Stored data entries:
-*-*-

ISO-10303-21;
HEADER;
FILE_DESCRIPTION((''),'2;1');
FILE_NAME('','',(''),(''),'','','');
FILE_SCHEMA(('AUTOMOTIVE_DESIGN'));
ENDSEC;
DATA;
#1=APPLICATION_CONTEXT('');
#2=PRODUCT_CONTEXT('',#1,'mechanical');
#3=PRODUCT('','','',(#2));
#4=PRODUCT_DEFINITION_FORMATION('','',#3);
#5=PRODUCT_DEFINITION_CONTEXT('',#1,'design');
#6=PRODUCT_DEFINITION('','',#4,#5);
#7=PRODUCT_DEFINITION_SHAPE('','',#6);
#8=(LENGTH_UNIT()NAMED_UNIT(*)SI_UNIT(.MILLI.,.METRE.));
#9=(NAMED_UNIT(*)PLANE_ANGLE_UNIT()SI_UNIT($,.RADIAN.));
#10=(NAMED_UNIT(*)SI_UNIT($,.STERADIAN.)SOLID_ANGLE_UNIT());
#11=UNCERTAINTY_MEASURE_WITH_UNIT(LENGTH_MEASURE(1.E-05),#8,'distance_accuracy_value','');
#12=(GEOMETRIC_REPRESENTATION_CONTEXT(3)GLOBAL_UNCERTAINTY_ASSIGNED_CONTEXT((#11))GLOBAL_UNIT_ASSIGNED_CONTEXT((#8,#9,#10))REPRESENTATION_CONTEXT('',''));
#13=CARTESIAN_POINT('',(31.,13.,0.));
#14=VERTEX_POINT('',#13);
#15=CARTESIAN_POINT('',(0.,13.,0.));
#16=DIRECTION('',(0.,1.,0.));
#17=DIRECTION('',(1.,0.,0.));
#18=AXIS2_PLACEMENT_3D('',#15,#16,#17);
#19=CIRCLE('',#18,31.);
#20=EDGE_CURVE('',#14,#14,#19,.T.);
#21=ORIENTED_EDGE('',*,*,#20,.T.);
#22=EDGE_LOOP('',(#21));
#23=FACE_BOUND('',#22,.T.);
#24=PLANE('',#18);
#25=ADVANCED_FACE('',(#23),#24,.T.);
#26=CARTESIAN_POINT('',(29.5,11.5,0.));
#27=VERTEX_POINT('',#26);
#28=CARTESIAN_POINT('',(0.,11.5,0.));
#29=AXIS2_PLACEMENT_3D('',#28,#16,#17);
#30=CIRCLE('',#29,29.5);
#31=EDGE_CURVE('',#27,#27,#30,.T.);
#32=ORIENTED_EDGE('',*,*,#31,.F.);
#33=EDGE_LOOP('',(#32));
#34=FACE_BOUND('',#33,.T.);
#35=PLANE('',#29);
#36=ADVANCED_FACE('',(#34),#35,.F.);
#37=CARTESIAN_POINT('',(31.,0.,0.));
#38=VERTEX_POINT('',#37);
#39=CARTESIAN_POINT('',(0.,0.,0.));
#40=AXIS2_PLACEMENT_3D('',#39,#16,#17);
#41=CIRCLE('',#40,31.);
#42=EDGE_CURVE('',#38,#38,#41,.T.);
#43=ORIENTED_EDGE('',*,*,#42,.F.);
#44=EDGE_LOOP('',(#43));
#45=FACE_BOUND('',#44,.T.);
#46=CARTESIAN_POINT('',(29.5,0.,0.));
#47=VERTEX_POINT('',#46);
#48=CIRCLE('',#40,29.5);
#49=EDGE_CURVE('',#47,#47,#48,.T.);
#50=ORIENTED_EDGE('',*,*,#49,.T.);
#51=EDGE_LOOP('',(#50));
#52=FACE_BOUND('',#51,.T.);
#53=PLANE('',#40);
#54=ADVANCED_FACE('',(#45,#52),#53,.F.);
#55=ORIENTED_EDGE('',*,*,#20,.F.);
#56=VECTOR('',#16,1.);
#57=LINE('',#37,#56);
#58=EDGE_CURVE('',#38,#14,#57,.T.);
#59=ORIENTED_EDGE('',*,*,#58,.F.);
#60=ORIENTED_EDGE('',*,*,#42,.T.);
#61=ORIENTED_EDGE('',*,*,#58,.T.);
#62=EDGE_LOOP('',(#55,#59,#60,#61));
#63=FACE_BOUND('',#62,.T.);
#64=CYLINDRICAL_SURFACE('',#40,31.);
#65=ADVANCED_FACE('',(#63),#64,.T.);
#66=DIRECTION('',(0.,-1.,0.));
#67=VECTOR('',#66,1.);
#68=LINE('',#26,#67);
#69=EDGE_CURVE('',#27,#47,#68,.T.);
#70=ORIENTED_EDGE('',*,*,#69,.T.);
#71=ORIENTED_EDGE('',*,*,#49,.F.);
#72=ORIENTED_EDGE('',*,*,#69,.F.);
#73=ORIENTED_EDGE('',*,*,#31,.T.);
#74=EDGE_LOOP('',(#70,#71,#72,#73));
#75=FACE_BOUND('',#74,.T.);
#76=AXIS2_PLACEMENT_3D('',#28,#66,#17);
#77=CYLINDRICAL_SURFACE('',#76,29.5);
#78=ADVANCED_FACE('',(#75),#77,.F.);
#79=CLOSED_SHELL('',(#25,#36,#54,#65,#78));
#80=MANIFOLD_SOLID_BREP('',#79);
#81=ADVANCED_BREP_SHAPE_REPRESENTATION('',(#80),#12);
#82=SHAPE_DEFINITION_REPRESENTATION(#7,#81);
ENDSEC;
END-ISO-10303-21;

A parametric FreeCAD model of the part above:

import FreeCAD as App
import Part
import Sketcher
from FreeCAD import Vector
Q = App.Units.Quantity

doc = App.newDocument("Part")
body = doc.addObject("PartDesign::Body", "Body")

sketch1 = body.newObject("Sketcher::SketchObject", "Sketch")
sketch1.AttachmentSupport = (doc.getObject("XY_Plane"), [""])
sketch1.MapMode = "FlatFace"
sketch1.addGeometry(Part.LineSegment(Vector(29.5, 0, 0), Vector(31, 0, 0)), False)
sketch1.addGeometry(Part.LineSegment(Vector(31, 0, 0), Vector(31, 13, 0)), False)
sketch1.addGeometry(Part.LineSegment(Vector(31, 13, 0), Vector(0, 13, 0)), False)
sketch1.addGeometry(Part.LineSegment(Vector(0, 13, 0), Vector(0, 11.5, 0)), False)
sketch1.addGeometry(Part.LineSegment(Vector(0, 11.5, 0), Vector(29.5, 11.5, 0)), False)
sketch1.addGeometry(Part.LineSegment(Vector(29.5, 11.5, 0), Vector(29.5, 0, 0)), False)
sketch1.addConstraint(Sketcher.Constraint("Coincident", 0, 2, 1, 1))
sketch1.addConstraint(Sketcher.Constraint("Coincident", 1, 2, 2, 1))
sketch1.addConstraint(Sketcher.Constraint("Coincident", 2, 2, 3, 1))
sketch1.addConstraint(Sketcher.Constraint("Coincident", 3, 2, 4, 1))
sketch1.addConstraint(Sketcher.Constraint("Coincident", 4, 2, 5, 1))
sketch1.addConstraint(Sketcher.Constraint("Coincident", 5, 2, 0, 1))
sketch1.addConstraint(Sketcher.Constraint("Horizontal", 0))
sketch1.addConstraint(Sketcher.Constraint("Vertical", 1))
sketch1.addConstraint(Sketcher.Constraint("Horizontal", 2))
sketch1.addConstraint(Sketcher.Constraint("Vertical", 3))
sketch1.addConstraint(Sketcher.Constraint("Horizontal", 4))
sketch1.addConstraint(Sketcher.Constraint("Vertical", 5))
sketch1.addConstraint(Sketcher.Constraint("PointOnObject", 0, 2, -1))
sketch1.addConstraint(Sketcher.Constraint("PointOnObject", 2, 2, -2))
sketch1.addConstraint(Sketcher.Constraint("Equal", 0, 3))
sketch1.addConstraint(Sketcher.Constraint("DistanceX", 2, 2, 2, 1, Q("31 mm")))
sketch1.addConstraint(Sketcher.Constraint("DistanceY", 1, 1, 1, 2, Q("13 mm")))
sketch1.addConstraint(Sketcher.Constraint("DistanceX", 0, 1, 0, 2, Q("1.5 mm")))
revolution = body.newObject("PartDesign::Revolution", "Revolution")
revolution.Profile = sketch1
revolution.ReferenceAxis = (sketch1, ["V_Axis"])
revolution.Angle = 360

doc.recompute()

-*-*-

_Directions:_ In your answer, include only the lines above starting at the line that holds "#21=ORIENTED_EDGE('',*,*,#20,.T.);" and ending at the line that holds "#31=EDGE_CURVE('',#27,#27,#30,.T.);", copied exactly.

_The answer:_
#21=ORIENTED_EDGE('',*,*,#20,.T.);
#22=EDGE_LOOP('',(#21));
#23=FACE_BOUND('',#22,.T.);
#24=PLANE('',#18);
#25=ADVANCED_FACE('',(#23),#24,.T.);
#26=CARTESIAN_POINT('',(29.5,11.5,0.));
#27=VERTEX_POINT('',#26);
#28=CARTESIAN_POINT('',(0.,11.5,0.));
#29=AXIS2_PLACEMENT_3D('',#28,#16,#17);
#30=CIRCLE('',#29,29.5);
#31=EDGE_CURVE('',#27,#27,#30,.T.);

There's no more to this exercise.